Commissaire indépendante, Amanda Abi Khalil vit entre Beyrouth et Rio de Janeiro. Sa vision artistique se focalise sur des sujets sociaux et les pratiques qui les accompagnent. Fondatrice de la TAP (Temporary Art Platform) à Beyrouth, une association qui centre le discours artistique et curatorial sur des préoccupations sociales et contextuelles à travers des résidences, des projets de recherche et des commandes, principalement en Amérique du Sud.
Pour les 25 ans d’ART Paris dont BNP Paribas Banque Privée est partenaire, la foire a invité Amanda Abi Khali à sélectionner une vingtaine d’œuvres chez les galeristes présents en mettant en valeur la thématique de l’exil. Un sujet important et symbolique pour Amanda que nous développons dans notre entretien avec elle.
Bonjour Amanda, que représente une foire comme ART Paris pour vous ?
Je ne connaissais pas très bien ART Paris. Je découvre aujourd’hui à quel point c’est une foire de qualité avec un ancrage local tout en ayant une dimension internationale pertinente. Avoir un focus sur les problèmes d’actualités, apporte un angle très intéressant pour une foire commerciale.
Cette année, vous faites partie des commissaires invités à mettre en valeur une thématique qui vous est chère. Avez-vous eu un coup de cœur en particulier lors du choix des œuvres ?
J’ai bien évidemment découvert des artistes que je ne connaissais pas à travers les galeries présentes comme Nabil El Makhloufi. C’est tout l'intérêt d'une foire que d'y faire des découvertes, des rencontres et d’avoir des coups de cœur.

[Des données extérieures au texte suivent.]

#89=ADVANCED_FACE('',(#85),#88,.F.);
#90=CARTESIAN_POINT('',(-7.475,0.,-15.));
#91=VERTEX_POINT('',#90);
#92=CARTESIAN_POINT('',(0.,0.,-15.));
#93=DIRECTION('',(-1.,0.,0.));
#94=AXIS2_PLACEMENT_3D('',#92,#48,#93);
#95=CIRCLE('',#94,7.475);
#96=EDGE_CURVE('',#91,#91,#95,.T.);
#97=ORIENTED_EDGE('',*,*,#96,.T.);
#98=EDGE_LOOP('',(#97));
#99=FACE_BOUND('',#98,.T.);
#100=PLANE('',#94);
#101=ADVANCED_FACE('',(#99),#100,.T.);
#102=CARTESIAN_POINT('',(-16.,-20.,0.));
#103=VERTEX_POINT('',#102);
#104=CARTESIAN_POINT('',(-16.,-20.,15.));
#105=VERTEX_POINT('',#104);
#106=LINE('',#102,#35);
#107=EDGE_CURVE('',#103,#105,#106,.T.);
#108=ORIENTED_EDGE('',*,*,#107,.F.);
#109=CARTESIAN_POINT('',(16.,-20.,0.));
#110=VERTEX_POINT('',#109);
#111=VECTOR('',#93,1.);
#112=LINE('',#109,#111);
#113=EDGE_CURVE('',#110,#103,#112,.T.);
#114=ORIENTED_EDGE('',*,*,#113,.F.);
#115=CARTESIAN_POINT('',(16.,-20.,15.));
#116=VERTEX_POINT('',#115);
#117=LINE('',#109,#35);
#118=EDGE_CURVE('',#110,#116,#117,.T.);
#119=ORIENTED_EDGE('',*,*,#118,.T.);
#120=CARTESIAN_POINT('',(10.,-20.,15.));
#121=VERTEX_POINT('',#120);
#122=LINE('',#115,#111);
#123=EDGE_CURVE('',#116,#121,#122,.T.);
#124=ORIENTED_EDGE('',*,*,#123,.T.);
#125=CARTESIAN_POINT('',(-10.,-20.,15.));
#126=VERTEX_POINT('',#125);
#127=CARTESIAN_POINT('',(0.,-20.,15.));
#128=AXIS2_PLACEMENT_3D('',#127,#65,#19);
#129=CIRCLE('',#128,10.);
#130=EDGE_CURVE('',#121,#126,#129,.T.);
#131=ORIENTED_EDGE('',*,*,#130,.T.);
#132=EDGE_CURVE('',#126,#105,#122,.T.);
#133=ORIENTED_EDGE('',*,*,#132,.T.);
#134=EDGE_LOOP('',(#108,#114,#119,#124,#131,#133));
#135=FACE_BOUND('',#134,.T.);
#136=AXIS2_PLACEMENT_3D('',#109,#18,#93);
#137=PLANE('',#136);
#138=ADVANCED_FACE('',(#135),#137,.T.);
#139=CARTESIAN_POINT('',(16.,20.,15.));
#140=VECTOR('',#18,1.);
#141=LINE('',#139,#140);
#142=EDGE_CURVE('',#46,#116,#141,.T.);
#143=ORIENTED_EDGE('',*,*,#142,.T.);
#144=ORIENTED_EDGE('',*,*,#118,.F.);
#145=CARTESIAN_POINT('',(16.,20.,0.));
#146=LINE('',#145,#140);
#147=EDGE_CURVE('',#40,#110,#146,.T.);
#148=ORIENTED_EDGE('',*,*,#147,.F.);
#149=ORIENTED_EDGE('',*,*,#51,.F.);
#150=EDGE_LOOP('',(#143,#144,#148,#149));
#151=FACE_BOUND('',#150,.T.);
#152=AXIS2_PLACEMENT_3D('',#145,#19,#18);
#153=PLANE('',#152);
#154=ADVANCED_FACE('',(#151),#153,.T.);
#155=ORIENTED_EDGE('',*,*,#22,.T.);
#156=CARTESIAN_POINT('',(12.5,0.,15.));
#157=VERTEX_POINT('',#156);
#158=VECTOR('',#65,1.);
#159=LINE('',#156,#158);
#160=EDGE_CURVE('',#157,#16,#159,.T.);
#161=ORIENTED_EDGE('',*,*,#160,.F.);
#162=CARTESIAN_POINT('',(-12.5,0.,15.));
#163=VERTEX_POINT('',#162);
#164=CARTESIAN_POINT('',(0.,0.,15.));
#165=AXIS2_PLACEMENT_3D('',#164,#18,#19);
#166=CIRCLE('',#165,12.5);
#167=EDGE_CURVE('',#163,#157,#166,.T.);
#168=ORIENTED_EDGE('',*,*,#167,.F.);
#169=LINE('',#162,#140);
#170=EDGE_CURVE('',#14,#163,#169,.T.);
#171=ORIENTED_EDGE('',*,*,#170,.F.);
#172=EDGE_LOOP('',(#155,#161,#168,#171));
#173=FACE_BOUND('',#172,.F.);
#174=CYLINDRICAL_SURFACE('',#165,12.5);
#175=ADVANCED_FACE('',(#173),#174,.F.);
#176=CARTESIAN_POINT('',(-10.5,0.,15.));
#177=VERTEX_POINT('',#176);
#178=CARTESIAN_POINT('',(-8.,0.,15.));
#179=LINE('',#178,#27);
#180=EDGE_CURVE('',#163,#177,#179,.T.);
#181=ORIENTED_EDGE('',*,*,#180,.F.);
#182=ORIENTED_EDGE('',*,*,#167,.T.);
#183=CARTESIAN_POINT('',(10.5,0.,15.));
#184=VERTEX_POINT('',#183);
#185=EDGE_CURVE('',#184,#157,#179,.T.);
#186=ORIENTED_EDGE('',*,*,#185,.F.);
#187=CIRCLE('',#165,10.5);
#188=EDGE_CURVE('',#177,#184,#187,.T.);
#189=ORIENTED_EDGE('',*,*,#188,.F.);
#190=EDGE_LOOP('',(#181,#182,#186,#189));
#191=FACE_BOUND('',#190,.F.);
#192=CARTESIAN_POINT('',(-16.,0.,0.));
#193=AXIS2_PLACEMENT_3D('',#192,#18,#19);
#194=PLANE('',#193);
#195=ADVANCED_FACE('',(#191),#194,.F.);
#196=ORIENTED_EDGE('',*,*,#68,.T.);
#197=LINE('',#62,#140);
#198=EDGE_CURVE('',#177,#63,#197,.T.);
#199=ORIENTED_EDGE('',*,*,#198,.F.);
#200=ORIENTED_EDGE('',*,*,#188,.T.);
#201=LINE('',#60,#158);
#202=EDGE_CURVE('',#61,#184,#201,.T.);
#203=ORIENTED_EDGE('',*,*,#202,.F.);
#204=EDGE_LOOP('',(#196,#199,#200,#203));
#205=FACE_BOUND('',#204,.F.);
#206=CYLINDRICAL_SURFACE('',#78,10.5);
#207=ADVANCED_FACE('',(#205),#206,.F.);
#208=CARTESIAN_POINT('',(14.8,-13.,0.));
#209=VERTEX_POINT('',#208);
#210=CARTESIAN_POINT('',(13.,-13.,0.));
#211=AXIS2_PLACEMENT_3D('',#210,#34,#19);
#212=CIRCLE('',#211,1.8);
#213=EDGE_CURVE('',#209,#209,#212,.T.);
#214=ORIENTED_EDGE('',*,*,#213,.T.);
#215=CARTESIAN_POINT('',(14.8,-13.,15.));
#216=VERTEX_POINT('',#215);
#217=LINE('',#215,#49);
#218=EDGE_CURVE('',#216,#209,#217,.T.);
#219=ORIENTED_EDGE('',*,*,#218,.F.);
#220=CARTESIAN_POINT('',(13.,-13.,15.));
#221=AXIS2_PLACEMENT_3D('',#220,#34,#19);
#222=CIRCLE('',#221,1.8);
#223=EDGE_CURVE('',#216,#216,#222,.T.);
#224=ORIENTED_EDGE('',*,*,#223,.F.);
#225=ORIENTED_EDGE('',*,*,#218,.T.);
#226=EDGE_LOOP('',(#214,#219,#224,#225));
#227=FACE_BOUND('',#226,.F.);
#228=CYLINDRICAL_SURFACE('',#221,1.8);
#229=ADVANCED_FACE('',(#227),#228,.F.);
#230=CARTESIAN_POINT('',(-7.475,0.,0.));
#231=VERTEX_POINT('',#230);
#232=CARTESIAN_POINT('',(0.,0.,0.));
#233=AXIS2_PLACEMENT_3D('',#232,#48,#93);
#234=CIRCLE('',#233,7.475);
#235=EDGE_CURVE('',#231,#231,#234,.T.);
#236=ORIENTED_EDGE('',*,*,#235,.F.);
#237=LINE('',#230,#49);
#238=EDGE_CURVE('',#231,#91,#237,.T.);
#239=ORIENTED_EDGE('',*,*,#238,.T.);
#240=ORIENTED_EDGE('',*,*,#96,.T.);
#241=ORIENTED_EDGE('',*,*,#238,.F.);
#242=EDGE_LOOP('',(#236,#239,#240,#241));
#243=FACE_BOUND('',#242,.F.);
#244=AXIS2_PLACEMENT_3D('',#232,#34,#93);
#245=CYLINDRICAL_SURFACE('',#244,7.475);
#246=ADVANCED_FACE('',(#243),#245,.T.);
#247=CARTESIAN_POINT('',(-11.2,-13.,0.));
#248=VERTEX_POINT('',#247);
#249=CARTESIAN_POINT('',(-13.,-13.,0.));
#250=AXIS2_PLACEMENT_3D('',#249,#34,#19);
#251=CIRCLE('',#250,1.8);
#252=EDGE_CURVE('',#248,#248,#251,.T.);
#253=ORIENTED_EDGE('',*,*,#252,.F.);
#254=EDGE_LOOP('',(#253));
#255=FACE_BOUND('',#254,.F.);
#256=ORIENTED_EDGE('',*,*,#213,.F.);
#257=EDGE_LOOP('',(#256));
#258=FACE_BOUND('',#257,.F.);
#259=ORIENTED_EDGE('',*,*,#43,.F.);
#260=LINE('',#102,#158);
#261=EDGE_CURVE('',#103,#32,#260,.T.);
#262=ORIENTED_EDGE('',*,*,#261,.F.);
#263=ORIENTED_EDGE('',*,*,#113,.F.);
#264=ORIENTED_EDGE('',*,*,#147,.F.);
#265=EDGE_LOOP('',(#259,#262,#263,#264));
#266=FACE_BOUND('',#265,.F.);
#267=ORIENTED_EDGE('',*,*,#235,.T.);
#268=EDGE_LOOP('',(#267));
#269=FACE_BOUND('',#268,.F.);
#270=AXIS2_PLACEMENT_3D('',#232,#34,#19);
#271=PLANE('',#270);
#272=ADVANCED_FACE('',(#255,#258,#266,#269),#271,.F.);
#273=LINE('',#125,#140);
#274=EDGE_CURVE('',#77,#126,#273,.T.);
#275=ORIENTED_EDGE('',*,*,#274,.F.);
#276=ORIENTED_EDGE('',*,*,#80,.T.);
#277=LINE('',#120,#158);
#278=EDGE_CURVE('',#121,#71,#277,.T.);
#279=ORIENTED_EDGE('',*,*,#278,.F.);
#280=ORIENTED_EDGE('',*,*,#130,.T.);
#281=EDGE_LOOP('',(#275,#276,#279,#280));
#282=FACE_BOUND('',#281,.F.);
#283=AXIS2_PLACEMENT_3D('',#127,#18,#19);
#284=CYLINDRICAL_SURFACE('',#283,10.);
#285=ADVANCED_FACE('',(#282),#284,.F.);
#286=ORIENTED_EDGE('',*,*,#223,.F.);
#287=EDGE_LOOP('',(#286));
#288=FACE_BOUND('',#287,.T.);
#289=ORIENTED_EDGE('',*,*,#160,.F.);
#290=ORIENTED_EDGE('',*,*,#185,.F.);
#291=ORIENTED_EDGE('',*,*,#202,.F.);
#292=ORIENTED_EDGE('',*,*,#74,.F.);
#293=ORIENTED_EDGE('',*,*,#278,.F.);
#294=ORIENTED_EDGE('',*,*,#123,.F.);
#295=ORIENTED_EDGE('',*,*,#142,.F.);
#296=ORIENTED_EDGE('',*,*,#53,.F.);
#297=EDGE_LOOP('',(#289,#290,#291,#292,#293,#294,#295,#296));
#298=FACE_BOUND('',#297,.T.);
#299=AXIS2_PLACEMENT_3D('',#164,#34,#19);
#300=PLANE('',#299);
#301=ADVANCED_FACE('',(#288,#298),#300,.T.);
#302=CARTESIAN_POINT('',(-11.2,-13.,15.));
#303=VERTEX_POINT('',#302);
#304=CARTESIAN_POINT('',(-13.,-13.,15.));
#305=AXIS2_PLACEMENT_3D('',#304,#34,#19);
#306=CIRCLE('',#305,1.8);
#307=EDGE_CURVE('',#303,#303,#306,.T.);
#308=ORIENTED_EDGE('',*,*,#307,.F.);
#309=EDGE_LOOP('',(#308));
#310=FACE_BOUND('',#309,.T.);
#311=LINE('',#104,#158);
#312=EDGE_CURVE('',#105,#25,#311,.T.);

Comment se déroule les choix des œuvres que vous souhaitez distinguer dans une foire aussi riche qu’Art Paris, s'agit-il surtout de coups de cœurs instantanés ou d'un processus plus organique ?
Le parcours que je propose est centré sur l'exil. C'est une thématique qui m’est très chère car j’ai moi-même vécu plusieurs exils dans ma vie. Je reste donc naturellement sensible à ce thème. J’ai procédé en fonction de ce que proposaient les exposants de la foire mais j'ai également suggéré à d’autres galeries qui avaient leur place au sein d’ART Paris de venir y exposer. Tout cela a été organique même si certaines galeries n’ont pas accepté l’invitation.
Le thème de l’exil vous tient à cœur, c’était une évidence pour vous de retenir les œuvres qui font sens par rapport à ce thème. Les galeries ont réagi comment ?
Ils ont très bien réagi. Je pense que c’est un thème du moment; quelque part le terme de l’exil n’est pas forcément compris dans le sens identitaire et géographique mais d'un thème qui touche les artistes en général. Dans la société dans laquelle ils vivent, il y a toujours une forme d’exil. C’est un sujet qui est symbolique, je pense que tout le monde s’y retrouve à sa façon. En tout cas, il n'y a eu aucune résistance dans le processus de sélection, tout s’est bien passé. N’oublions pas que c’est dans l’intérêt des galeries d’accepter de jouer le jeu afin d’être mises en avant dans la foire.
Avec tout ce que vous avez vu au cours de votre "commissariat" à ART Paris, arrivez-vous à prendre le temps d'apprécier une œuvre calmement ?
Personnellement, ce n’est pas du tout l’appréciation de l’œuvre d’art que j’apprécie dans ce type de foire. Pour moi c’est un événement qui fait parti d’un écosystème du marché de l’art. Je ne travaille pas vraiment avec le marché car je ne suis qu’une commissaire d'expositions indépendante. Pour moi c’est avant tout une opportunité pour les artistes. Je ne vois plus les œuvres car j'ai l’occasion de les voir autrement avec plus de calme et de recul. Pour moi, la valeur et la force de cet évènement c'est de pouvoir mettre en contact des galeries avec les artistes que je soutiens. C’est extraordinaire pour construire un réseau au service des artistes.
C’est important d’imposer votre vision et vos valeurs dans cet écosystème ?
Oui pour moi c’est un immense terrain de networking pour les artistes et c’est important pour situer leur art et leur vision. Je travaille en ce moment sur deux projets d’expositions qui auront lieu dans deux ans, c’est donc l’occasion d'identifier ou de retrouver des galeries avec qui je vais travailler et de sélectionner des œuvres. Je suis commissaire indépendante et je ne suis pas dans une forme de business où j'interfère dans les achats entre les collectionneurs et les galeristes.
Pour conclure, vos deux prochaines expositions seront dans la thématique de l’exil également ?
Il y a une exposition qui voyagera dans 17 pays et qui sera en lien avec la migration et bien évidemment toujours sur le thème de l’exil. L’autre projet est différent car c’est une commande pour un espace public. Ce sera in-situ au Brésil et cela sera un projet itinérant.